▶ _WHAT THIS TASK INVOLVES_
In the listing below, the answer starts at the line that has "v 15 -6 3.464" and stops after the line that has "v 38 -11.972 -0.819"; please repeat that part exactly and nothing more.

*** RAW DATA Section Begins ***

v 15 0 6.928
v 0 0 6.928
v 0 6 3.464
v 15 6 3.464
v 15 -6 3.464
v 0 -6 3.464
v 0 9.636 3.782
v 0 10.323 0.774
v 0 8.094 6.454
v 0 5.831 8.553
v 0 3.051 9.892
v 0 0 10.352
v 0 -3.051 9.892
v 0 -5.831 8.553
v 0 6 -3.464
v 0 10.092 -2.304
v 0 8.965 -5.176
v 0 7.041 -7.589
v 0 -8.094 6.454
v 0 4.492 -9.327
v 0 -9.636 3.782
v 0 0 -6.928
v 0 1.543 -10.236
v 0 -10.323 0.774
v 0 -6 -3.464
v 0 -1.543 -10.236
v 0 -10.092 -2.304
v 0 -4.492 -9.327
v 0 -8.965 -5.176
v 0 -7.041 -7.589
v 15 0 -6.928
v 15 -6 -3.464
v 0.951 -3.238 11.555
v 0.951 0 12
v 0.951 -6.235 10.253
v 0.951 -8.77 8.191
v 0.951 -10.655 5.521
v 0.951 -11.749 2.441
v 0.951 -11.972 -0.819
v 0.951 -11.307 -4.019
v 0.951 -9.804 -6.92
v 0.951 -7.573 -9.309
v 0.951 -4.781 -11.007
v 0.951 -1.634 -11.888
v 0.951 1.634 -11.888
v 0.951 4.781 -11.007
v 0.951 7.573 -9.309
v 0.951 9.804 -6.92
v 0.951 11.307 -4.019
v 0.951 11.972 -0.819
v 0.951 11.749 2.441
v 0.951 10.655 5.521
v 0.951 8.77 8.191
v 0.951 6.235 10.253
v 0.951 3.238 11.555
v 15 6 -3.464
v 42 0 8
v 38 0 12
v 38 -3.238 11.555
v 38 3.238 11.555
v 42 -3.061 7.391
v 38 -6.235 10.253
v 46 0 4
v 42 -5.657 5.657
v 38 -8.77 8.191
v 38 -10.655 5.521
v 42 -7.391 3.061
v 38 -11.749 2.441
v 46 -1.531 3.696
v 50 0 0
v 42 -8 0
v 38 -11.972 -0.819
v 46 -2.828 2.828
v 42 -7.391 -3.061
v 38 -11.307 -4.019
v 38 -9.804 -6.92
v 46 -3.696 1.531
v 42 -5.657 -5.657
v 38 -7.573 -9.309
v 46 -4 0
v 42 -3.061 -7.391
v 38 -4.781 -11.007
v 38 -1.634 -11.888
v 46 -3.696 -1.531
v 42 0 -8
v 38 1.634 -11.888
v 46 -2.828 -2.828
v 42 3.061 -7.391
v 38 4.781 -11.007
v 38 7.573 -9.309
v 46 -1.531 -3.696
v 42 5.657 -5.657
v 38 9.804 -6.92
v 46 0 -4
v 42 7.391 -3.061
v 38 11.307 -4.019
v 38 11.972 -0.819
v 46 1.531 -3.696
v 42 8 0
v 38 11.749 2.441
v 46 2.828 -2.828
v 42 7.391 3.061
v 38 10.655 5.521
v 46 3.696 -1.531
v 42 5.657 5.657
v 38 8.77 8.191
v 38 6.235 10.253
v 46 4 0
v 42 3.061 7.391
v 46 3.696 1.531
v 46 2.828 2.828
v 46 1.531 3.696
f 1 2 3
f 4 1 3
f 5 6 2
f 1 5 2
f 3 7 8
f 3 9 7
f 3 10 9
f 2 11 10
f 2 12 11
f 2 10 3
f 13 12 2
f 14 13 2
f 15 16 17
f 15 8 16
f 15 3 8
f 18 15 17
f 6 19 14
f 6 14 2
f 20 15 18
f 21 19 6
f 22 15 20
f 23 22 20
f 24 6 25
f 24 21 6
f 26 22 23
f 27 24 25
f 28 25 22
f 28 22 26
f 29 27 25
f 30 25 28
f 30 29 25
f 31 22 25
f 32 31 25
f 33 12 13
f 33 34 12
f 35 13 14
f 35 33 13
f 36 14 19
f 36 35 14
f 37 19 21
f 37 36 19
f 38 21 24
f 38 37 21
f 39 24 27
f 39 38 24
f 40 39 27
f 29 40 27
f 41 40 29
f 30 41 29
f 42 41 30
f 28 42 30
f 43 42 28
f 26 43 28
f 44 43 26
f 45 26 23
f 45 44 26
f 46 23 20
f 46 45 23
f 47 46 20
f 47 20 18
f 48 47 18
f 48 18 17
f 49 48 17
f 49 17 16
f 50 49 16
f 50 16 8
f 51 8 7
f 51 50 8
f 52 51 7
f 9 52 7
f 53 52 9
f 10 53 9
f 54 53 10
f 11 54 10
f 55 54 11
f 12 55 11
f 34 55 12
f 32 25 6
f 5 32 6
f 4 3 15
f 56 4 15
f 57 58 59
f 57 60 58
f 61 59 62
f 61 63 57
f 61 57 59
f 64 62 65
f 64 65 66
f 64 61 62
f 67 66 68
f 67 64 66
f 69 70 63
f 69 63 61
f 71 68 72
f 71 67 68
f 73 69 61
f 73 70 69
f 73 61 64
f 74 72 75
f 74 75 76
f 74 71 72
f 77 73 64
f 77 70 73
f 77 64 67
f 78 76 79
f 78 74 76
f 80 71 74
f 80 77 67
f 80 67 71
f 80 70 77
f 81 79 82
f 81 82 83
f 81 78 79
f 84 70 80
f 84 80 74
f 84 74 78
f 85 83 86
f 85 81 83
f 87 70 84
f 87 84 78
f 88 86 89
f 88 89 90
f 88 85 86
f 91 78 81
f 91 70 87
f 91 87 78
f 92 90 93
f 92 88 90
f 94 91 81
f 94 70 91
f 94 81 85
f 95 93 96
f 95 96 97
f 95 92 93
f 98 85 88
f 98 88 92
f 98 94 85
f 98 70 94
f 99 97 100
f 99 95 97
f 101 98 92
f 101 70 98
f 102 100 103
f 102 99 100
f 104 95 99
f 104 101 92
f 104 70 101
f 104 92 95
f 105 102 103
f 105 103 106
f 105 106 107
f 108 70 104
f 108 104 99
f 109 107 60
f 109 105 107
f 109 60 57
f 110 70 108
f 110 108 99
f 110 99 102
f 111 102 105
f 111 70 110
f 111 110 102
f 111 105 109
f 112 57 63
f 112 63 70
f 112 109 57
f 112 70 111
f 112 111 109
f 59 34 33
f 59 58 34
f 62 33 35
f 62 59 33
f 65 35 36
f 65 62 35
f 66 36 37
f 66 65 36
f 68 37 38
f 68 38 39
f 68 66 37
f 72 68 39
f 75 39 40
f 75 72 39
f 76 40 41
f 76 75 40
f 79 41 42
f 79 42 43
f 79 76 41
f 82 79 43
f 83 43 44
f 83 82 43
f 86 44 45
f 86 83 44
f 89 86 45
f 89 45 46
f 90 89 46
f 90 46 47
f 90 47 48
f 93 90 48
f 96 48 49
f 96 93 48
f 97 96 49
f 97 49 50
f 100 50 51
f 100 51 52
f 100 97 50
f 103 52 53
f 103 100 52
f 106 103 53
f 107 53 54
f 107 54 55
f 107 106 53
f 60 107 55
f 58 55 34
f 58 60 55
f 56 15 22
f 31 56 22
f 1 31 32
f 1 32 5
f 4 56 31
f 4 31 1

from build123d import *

# Parameters (mm, degrees)
HEX_2_DEPTH = 15


with BuildPart() as part:
    # BodySke → BaseBody (revolve)
    with BuildSketch(Plane.XY, mode=Mode.PRIVATE) as basebody_sk:
        Polygon((0, 0), (0, 10.352), (0.951473244, 12), (38, 12), (50, 0), align=None)
    revolve(basebody_sk.sketch.rotate(Axis((-12.7, 0, 0), (1, 0, 0)), 90), axis=Axis((-12.7, 0, 0), (1, 0, 0)))

    # Sketch2 → Hex 2 (cut)
    with BuildSketch(Plane.ZY):
        Polygon((3.464101615, 6), (-3.464101615, 6), (-6.92820323, 0), (-3.464101615, -6), (3.464101615, -6), (6.92820323, 0), align=None)
    extrude(amount=-HEX_2_DEPTH, mode=Mode.SUBTRACT)


solid = part.part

*** RAW DATA Section Ends ***

▶ _PROBLEM SOLUTION_
v 15 -6 3.464
v 0 -6 3.464
v 0 9.636 3.782
v 0 10.323 0.774
v 0 8.094 6.454
v 0 5.831 8.553
v 0 3.051 9.892
v 0 0 10.352
v 0 -3.051 9.892
v 0 -5.831 8.553
v 0 6 -3.464
v 0 10.092 -2.304
v 0 8.965 -5.176
v 0 7.041 -7.589
v 0 -8.094 6.454
v 0 4.492 -9.327
v 0 -9.636 3.782
v 0 0 -6.928
v 0 1.543 -10.236
v 0 -10.323 0.774
v 0 -6 -3.464
v 0 -1.543 -10.236
v 0 -10.092 -2.304
v 0 -4.492 -9.327
v 0 -8.965 -5.176
v 0 -7.041 -7.589
v 15 0 -6.928
v 15 -6 -3.464
v 0.951 -3.238 11.555
v 0.951 0 12
v 0.951 -6.235 10.253
v 0.951 -8.77 8.191
v 0.951 -10.655 5.521
v 0.951 -11.749 2.441
v 0.951 -11.972 -0.819
v 0.951 -11.307 -4.019
v 0.951 -9.804 -6.92
v 0.951 -7.573 -9.309
v 0.951 -4.781 -11.007
v 0.951 -1.634 -11.888
v 0.951 1.634 -11.888
v 0.951 4.781 -11.007
v 0.951 7.573 -9.309
v 0.951 9.804 -6.92
v 0.951 11.307 -4.019
v 0.951 11.972 -0.819
v 0.951 11.749 2.441
v 0.951 10.655 5.521
v 0.951 8.77 8.191
v 0.951 6.235 10.253
v 0.951 3.238 11.555
v 15 6 -3.464
v 42 0 8
v 38 0 12
v 38 -3.238 11.555
v 38 3.238 11.555
v 42 -3.061 7.391
v 38 -6.235 10.253
v 46 0 4
v 42 -5.657 5.657
v 38 -8.77 8.191
v 38 -10.655 5.521
v 42 -7.391 3.061
v 38 -11.749 2.441
v 46 -1.531 3.696
v 50 0 0
v 42 -8 0
v 38 -11.972 -0.819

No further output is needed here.